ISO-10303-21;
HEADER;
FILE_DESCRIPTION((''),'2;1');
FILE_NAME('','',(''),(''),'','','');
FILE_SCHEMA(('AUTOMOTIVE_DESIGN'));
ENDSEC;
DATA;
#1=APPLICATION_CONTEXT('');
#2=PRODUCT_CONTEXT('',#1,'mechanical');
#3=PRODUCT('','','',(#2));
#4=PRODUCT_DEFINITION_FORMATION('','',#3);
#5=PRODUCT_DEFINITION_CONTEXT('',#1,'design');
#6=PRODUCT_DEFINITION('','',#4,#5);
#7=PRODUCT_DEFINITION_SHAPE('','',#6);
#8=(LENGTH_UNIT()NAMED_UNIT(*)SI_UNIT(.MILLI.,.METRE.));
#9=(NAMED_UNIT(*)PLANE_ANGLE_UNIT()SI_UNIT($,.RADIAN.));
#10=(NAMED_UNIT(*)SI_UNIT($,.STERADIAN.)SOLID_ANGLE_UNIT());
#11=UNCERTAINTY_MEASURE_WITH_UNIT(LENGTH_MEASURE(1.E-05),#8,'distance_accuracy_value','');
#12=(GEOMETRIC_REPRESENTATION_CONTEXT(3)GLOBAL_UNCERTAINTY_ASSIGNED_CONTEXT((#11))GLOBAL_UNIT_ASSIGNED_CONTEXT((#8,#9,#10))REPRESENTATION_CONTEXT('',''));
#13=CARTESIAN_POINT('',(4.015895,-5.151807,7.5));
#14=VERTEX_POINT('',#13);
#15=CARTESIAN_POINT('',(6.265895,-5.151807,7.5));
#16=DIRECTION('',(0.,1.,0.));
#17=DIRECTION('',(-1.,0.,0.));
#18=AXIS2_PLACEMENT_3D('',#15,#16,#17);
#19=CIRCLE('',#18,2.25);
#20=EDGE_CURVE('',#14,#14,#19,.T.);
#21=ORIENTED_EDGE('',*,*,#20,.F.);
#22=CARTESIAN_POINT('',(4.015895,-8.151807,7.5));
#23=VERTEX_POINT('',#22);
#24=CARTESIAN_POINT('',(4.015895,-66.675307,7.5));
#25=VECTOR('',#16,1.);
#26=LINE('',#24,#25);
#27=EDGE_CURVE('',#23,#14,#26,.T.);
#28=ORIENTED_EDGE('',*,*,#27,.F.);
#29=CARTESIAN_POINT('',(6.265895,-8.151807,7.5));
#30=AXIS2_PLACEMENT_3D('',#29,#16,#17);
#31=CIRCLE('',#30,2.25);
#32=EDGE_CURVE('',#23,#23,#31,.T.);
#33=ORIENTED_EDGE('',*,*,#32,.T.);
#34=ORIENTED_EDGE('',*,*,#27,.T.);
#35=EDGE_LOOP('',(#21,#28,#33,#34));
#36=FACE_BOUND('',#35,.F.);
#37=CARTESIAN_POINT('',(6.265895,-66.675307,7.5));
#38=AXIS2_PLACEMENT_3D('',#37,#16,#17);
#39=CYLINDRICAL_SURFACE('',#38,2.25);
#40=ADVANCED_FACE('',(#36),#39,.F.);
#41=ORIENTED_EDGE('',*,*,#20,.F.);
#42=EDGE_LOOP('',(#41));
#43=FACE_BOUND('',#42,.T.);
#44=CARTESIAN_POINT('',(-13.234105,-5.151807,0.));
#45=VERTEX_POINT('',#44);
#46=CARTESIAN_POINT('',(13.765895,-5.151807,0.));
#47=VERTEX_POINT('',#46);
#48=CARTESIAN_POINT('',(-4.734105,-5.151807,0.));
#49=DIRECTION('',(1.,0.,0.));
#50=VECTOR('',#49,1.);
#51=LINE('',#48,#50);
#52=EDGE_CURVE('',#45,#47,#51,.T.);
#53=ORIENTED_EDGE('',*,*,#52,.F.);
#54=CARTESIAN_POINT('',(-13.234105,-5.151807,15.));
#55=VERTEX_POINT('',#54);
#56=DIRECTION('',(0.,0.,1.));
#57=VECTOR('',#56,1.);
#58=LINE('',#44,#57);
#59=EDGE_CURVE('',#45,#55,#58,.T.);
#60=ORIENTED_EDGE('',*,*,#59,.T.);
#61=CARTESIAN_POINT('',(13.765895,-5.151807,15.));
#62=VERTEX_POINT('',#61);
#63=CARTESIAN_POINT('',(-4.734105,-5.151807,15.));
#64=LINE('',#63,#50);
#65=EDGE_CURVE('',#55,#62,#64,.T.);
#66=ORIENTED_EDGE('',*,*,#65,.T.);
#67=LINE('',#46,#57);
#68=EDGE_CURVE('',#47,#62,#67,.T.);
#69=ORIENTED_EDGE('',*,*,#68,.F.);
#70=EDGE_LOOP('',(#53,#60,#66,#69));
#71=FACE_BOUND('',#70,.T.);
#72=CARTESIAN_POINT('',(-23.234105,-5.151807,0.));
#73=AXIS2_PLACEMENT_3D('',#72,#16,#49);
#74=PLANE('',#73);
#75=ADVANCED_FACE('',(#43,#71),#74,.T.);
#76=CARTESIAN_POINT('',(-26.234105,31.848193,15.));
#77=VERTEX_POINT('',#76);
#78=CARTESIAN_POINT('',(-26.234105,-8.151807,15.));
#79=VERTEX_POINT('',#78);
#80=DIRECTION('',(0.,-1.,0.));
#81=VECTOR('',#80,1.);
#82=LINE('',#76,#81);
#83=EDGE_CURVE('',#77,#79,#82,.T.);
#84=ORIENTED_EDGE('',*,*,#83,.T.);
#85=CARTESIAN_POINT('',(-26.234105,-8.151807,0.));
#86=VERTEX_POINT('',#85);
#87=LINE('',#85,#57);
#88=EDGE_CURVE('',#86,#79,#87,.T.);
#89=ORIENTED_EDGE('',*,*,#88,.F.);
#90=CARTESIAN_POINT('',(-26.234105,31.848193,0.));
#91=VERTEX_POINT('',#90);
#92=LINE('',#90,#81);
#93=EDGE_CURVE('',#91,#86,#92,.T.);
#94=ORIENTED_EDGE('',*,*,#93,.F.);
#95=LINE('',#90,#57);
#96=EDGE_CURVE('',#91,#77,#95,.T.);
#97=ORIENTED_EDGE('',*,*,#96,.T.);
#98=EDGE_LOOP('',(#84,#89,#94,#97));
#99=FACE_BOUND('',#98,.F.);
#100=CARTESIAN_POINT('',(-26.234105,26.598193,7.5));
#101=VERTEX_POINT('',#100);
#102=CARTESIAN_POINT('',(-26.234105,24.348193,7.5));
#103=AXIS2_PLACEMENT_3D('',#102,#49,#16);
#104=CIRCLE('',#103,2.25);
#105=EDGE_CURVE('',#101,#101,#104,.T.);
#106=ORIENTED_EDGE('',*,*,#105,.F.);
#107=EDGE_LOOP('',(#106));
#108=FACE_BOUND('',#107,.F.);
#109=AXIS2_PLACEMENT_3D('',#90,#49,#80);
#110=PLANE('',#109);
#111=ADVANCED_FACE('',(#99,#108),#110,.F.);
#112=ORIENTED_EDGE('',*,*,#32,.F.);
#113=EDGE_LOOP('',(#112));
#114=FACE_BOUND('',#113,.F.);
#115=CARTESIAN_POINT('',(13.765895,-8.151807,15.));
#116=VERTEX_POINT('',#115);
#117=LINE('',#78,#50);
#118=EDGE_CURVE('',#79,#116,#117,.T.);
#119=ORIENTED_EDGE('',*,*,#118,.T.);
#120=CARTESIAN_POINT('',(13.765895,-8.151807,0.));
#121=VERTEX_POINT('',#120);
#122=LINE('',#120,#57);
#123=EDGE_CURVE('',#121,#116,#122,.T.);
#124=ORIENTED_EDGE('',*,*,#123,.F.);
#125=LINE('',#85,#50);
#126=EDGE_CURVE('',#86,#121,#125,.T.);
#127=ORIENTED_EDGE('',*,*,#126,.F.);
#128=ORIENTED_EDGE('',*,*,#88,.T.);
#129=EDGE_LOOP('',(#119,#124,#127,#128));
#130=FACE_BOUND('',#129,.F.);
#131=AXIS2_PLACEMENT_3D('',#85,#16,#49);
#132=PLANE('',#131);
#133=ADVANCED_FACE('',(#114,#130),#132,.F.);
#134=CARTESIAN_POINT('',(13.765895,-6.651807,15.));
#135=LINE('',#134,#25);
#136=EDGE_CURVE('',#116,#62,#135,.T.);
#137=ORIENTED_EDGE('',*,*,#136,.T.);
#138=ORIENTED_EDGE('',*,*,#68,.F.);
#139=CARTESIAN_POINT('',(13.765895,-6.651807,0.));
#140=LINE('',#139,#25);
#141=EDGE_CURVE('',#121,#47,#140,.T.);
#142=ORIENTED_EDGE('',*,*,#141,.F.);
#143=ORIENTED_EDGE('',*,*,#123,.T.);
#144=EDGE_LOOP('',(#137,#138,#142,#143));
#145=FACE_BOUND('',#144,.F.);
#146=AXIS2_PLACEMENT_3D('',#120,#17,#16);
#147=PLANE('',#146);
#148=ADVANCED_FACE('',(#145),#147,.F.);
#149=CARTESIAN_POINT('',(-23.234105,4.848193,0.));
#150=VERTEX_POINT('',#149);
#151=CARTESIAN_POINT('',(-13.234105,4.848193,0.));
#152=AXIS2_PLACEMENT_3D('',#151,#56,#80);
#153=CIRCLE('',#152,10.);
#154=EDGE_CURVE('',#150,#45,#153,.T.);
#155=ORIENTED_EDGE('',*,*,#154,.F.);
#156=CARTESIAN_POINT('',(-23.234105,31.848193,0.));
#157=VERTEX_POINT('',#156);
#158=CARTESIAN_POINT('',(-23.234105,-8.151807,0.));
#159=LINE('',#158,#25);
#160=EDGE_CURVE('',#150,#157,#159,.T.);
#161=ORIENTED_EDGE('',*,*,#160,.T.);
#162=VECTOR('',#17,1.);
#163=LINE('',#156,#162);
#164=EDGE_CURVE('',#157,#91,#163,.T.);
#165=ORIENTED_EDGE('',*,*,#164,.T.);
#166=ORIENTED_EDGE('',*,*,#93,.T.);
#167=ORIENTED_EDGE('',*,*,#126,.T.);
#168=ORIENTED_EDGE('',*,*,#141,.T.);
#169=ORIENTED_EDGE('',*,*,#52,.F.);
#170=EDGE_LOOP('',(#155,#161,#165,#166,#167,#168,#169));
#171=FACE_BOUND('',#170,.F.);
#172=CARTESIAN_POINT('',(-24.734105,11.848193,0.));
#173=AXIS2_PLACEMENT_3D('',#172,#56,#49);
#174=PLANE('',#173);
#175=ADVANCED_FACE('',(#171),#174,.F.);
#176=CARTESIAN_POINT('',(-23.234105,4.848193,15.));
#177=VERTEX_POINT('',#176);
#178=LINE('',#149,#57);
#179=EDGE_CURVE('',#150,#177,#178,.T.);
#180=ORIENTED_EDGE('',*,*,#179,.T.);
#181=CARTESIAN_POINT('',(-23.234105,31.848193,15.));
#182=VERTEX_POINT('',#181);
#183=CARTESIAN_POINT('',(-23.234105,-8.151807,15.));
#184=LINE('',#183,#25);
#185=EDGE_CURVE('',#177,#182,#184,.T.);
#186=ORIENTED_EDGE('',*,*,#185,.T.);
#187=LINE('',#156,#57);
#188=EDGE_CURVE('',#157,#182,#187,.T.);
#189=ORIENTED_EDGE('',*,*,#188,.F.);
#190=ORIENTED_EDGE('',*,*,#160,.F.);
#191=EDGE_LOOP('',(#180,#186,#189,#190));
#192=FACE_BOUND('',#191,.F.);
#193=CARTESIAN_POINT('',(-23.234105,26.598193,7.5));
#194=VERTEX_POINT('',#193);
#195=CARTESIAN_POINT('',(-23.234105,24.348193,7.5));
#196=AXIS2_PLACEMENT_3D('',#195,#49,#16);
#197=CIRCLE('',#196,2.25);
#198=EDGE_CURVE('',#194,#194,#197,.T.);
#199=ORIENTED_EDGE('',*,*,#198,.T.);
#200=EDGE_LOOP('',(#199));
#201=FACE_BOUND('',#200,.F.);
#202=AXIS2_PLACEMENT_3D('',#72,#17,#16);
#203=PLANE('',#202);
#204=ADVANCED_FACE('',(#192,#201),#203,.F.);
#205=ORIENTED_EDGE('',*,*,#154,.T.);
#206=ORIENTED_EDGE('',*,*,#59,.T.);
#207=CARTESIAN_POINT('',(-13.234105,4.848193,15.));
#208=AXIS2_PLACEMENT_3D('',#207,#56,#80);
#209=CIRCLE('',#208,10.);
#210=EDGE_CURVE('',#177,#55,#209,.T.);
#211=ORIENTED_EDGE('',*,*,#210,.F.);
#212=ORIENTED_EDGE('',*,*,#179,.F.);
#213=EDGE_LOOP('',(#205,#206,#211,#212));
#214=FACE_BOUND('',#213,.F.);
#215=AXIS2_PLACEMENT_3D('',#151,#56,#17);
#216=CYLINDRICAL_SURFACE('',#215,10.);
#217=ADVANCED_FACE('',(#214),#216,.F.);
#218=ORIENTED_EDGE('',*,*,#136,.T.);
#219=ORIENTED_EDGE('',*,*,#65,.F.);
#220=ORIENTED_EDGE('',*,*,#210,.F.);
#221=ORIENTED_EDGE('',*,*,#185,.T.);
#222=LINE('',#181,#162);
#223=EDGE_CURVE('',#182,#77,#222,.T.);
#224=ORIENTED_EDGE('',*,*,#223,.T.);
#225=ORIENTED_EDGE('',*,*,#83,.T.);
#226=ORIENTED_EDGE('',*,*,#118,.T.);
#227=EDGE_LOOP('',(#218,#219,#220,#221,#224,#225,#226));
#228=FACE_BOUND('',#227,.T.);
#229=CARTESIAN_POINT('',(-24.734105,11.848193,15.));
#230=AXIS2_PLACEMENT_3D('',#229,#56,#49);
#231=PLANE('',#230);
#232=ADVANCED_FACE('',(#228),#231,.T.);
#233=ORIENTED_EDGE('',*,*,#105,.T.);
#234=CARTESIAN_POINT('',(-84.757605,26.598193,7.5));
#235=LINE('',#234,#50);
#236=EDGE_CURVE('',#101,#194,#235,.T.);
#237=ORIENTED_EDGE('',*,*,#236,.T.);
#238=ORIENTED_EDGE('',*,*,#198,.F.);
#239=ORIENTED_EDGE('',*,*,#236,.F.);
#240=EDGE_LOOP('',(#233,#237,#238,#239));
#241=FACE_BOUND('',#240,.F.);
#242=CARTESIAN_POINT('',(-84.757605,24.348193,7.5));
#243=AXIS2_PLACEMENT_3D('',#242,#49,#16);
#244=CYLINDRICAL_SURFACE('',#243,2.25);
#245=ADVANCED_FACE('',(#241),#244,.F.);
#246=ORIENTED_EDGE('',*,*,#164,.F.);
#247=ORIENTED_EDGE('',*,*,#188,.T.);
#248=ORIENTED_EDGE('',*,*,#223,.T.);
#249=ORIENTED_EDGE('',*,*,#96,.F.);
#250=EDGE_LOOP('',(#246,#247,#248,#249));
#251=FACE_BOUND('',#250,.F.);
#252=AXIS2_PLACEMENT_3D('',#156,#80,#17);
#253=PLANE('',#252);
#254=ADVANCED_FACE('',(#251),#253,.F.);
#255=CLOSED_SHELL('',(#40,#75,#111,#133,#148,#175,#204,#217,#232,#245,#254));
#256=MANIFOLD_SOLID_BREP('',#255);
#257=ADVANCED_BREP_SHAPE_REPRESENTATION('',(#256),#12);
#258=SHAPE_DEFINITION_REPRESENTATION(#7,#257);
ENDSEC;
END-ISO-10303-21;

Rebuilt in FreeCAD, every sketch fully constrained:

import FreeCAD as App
import Part
import Sketcher

V = App.Vector


def edges_at(feature, points):
    """Names of the edges that pass closest to the given points."""
    edges = feature.Shape.Edges
    near = lambda p: min(range(len(edges)), key=lambda i: edges[i].distToShape(Part.Vertex(*p))[0])
    return sorted({f"Edge{near(p) + 1}" for p in points})


def add_polygon(sketch, points):
    """Adds a closed chain of lines whose ends are joined by coincident constraints."""
    first, n = sketch.GeometryCount, len(points)
    for a, b in zip(points, points[1:] + points[:1]):
        sketch.addGeometry(Part.LineSegment(App.Vector(*a, 0), App.Vector(*b, 0)), False)
    for i in range(n):
        sketch.addConstraint(Sketcher.Constraint("Coincident", first + i, 2, first + (i + 1) % n, 1))

doc = App.newDocument("Part")
body = doc.addObject("PartDesign::Body", "Body")

sketch1 = doc.addObject("Sketcher::SketchObject", "Sketch")
body.addObject(sketch1)
sketch1.AttachmentSupport = (doc.XY_Plane, [""])
sketch1.MapMode = "FlatFace"
add_polygon(sketch1, [(-23.234105, 31.848193), (-26.234105, 31.848193), (-26.234105, -8.151807), (13.765895, -8.151807), (13.765895, -5.151807), (-23.234105, -5.151807)])
sketch1.addConstraint([
    Sketcher.Constraint("Horizontal", 0),
    Sketcher.Constraint("Vertical", 1),
    Sketcher.Constraint("Horizontal", 2),
    Sketcher.Constraint("Vertical", 3),
    Sketcher.Constraint("Horizontal", 4),
    Sketcher.Constraint("Vertical", 5),
    Sketcher.Constraint("Equal", 2, 1),
    Sketcher.Constraint("Equal", 0, 3),
    Sketcher.Constraint("DistanceX", 0, 2, 0, 1, 3.0),
    Sketcher.Constraint("DistanceX", 2, 1, 2, 2, 40.0),
    Sketcher.Constraint("DistanceX", 0, 2, -1, 1, 26.234105),
    Sketcher.Constraint("DistanceY", -1, 1, 0, 2, 31.848193),
])
pad1 = doc.addObject("PartDesign::Pad", "Pad")
body.addObject(pad1)
pad1.Profile = sketch1
pad1.Length = 15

======

■ **REQUIRED ACTION**
Please transcribe the records exactly from their first line through the line holding "#8=(LENGTH_UNIT()NAMED_UNIT(*)SI_UNIT(.MILLI.,.METRE.));", and leave out all others.

■ **THE ANSWER**
ISO-10303-21;
HEADER;
FILE_DESCRIPTION((''),'2;1');
FILE_NAME('','',(''),(''),'','','');
FILE_SCHEMA(('AUTOMOTIVE_DESIGN'));
ENDSEC;
DATA;
#1=APPLICATION_CONTEXT('');
#2=PRODUCT_CONTEXT('',#1,'mechanical');
#3=PRODUCT('','','',(#2));
#4=PRODUCT_DEFINITION_FORMATION('','',#3);
#5=PRODUCT_DEFINITION_CONTEXT('',#1,'design');
#6=PRODUCT_DEFINITION('','',#4,#5);
#7=PRODUCT_DEFINITION_SHAPE('','',#6);
#8=(LENGTH_UNIT()NAMED_UNIT(*)SI_UNIT(.MILLI.,.METRE.));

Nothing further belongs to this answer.